→ YOUR OBJECTIVE: Retype, exactly as they appear below, the lines between the line holding "f 136 119 139" and the line holding "f 38 125 124", both ends included.

→ Data extracted from a collection:
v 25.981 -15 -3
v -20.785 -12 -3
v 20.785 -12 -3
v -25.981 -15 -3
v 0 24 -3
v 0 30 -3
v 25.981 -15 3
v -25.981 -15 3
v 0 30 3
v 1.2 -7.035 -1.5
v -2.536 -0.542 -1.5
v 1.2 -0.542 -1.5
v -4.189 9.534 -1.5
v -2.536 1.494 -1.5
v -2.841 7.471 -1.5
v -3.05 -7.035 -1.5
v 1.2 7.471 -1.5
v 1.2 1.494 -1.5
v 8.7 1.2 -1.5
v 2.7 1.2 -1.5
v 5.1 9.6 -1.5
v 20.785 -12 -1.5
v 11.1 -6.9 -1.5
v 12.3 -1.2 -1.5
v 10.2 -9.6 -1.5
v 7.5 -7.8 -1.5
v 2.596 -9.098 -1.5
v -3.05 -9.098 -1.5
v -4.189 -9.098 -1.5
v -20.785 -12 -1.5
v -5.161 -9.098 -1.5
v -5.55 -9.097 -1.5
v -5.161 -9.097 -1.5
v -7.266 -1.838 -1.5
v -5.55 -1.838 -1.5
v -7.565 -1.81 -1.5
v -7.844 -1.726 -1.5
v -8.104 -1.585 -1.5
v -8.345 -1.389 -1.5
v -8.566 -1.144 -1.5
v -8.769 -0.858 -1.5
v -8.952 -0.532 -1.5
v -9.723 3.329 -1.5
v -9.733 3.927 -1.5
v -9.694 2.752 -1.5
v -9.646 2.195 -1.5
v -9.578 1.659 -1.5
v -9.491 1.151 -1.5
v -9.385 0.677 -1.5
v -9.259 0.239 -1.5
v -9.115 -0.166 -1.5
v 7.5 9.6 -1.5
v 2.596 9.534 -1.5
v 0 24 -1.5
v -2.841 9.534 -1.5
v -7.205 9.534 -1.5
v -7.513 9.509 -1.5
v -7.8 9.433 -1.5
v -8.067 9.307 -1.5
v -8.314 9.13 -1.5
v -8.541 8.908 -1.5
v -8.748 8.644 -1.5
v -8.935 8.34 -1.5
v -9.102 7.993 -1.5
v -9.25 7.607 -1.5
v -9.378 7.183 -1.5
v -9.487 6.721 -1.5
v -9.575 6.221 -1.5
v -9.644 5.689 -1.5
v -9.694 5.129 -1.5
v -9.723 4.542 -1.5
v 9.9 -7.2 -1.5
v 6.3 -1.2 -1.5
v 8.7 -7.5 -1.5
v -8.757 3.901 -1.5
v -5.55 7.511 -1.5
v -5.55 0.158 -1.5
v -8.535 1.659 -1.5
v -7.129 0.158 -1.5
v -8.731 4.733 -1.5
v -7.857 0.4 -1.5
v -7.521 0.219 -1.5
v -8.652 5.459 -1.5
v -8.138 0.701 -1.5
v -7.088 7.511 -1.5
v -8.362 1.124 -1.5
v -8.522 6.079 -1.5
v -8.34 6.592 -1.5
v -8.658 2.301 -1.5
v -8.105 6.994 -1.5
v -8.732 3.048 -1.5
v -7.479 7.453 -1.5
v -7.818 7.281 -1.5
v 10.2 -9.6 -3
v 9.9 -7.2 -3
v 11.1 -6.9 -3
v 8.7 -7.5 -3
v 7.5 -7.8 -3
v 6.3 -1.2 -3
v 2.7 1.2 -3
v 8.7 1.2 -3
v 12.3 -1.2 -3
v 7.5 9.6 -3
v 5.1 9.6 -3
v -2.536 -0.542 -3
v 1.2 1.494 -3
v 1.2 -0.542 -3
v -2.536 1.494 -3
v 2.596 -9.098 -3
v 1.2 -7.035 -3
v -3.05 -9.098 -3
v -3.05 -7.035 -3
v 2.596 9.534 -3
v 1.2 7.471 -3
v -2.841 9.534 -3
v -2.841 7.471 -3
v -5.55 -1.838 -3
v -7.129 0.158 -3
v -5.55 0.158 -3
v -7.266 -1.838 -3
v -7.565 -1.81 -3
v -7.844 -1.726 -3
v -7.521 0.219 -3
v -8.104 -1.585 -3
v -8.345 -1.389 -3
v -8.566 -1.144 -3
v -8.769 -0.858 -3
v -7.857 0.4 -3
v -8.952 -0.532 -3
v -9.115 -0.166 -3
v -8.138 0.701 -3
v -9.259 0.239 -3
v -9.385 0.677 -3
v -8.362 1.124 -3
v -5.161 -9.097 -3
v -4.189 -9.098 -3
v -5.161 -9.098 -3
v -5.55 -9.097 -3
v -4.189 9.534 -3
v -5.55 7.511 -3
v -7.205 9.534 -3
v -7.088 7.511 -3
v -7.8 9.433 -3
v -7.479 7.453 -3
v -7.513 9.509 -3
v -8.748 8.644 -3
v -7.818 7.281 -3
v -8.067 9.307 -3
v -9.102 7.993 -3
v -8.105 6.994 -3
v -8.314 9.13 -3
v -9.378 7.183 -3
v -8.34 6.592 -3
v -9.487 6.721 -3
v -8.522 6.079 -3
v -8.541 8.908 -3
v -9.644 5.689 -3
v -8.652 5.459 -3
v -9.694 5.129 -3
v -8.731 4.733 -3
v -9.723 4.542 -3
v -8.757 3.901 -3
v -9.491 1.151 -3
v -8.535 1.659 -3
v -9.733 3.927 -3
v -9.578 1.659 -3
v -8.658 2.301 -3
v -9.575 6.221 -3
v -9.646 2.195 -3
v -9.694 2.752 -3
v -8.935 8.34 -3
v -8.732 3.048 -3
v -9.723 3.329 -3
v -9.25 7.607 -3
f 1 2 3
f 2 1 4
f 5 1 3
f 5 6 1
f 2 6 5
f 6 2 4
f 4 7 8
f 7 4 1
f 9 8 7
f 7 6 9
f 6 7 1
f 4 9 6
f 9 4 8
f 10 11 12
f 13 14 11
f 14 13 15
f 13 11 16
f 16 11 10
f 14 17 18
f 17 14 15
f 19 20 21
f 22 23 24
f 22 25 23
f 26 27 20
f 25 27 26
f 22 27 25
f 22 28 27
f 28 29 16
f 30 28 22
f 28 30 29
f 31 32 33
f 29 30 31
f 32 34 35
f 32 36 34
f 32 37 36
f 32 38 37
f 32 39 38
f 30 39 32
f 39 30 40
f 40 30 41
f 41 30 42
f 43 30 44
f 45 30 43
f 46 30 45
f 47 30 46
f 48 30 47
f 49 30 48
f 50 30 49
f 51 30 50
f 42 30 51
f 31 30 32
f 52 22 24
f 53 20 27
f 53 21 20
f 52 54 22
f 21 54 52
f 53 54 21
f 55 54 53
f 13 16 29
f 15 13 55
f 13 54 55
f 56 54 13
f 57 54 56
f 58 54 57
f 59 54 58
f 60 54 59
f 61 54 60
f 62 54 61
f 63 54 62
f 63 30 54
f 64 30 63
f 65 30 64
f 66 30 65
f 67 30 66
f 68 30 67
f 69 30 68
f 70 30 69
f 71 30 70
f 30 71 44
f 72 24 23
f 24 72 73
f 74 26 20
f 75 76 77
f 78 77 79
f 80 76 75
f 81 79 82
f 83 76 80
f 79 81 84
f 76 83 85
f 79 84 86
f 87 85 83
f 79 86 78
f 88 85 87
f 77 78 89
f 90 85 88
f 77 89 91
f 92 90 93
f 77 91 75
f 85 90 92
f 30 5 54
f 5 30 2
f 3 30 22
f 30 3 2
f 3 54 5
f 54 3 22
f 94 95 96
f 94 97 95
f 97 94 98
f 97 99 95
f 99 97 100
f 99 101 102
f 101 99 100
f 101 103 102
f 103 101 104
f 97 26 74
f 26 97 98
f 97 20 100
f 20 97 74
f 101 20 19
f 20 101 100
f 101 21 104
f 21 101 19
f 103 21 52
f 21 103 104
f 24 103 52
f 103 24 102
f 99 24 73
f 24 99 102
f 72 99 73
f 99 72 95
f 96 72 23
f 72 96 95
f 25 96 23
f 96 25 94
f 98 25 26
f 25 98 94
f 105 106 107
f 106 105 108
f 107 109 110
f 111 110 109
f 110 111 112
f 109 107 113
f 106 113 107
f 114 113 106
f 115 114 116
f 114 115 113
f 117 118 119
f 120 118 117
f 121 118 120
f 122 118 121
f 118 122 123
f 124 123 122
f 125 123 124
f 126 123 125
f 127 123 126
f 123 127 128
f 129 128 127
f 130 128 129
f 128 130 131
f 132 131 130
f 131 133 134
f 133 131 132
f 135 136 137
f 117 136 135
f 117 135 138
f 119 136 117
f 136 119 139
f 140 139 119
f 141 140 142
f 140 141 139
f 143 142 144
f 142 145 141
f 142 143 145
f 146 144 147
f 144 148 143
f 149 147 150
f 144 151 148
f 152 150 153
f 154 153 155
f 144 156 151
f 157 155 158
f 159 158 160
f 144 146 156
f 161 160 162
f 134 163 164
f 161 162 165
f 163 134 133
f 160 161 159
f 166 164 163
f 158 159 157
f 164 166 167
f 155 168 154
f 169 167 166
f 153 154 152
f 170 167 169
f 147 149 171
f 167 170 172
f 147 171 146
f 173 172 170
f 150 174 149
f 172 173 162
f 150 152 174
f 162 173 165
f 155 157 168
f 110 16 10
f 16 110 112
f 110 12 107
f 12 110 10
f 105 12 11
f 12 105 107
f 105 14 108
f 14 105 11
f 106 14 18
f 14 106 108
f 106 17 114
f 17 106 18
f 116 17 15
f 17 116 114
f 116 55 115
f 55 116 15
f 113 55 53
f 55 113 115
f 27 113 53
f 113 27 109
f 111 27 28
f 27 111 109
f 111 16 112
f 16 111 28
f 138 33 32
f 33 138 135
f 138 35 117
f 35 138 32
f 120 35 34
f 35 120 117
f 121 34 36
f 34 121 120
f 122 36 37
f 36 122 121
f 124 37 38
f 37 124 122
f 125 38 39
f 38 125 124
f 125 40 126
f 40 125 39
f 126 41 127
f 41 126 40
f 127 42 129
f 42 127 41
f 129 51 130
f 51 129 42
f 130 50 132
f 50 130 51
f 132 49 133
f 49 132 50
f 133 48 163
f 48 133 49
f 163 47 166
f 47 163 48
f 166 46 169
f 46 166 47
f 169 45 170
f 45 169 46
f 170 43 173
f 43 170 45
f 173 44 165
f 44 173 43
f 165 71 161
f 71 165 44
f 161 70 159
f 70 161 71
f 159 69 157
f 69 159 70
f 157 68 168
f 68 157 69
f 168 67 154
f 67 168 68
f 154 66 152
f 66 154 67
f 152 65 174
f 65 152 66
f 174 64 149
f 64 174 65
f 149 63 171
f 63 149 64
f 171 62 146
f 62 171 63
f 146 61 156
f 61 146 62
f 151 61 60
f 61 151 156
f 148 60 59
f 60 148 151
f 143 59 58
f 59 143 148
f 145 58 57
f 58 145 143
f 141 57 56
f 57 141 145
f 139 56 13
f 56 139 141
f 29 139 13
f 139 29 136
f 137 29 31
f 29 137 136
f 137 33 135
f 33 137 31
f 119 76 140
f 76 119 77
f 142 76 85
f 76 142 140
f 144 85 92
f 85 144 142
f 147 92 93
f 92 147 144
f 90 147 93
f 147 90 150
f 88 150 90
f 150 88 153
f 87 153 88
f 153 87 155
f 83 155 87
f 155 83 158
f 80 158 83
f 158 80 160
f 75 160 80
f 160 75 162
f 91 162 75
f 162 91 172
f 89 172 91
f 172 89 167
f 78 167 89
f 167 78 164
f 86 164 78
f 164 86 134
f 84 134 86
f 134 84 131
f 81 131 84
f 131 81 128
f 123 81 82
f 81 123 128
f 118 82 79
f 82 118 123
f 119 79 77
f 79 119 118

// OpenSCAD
r = 20;
module triangle(l, r){
    linear_extrude(l){
        polygon([
            [cos(90)*r, sin(90)*r],
            [cos(210)*r, sin(210)*r],
            [cos(330)*r, sin(330)*r]
        ]);
    }
}

module pin_part(){
            translate([0,0,2])
            rotate([0, 90, 90])
            cube([2, 2, 4], center = true);
            
            translate([0,4,0.65])
            rotate([60, 0, 0])
            cube([2, 2, 6], center = true);
            
            translate([0,-4,0.65])
            rotate([-60, 0, 0])
            cube([2, 2, 6], center = true);
}

scale([1.5, 1.5, 1.5])
union(){
    difference(){
        color("black")
        translate([0, 0, -2])
        triangle(4, r);
        
        color("yellow")
        rotate([0, 180, 0])
        translate([0, 0, 1])
        triangle(2, r-4);
        
    }

    color("black")
    translate([5, 0, 0])
    scale([0.8, 0.8, 1])
    rotate([0, 180, 0])
    translate([0, 0, 1])
    linear_extrude(1){
        
        polygon(
            [
            [0, 8],
            [2, 8],
            [-1, 1],
            [4,  1],
            [-1, -6.25],
            [0, -6.5],
            [-2.25, -8],
            [-3, -5.75],
            [-2, -6],
            [1, -1],
            [-4,-1]
        ]
        );
    };
    color("black")
    translate([2.3, 0, 0])
    scale([0.5, 1.3, 1])
    rotate([0, 180, 0])
    translate([0, 0, 1])
    linear_extrude(1){
        text("EP", size = 20, "3270 Nerd Font", halign="left", valign="center");
        translate([2.5, 0, 0])
        square([1, 9], center=true);
        translate([11.5, 0, 0])
        square([1, 9.33], center=true);
    };
}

→ SOLUTION TO THE PROBLEM:
f 136 119 139
f 140 139 119
f 141 140 142
f 140 141 139
f 143 142 144
f 142 145 141
f 142 143 145
f 146 144 147
f 144 148 143
f 149 147 150
f 144 151 148
f 152 150 153
f 154 153 155
f 144 156 151
f 157 155 158
f 159 158 160
f 144 146 156
f 161 160 162
f 134 163 164
f 161 162 165
f 163 134 133
f 160 161 159
f 166 164 163
f 158 159 157
f 164 166 167
f 155 168 154
f 169 167 166
f 153 154 152
f 170 167 169
f 147 149 171
f 167 170 172
f 147 171 146
f 173 172 170
f 150 174 149
f 172 173 162
f 150 152 174
f 162 173 165
f 155 157 168
f 110 16 10
f 16 110 112
f 110 12 107
f 12 110 10
f 105 12 11
f 12 105 107
f 105 14 108
f 14 105 11
f 106 14 18
f 14 106 108
f 106 17 114
f 17 106 18
f 116 17 15
f 17 116 114
f 116 55 115
f 55 116 15
f 113 55 53
f 55 113 115
f 27 113 53
f 113 27 109
f 111 27 28
f 27 111 109
f 111 16 112
f 16 111 28
f 138 33 32
f 33 138 135
f 138 35 117
f 35 138 32
f 120 35 34
f 35 120 117
f 121 34 36
f 34 121 120
f 122 36 37
f 36 122 121
f 124 37 38
f 37 124 122
f 125 38 39
f 38 125 124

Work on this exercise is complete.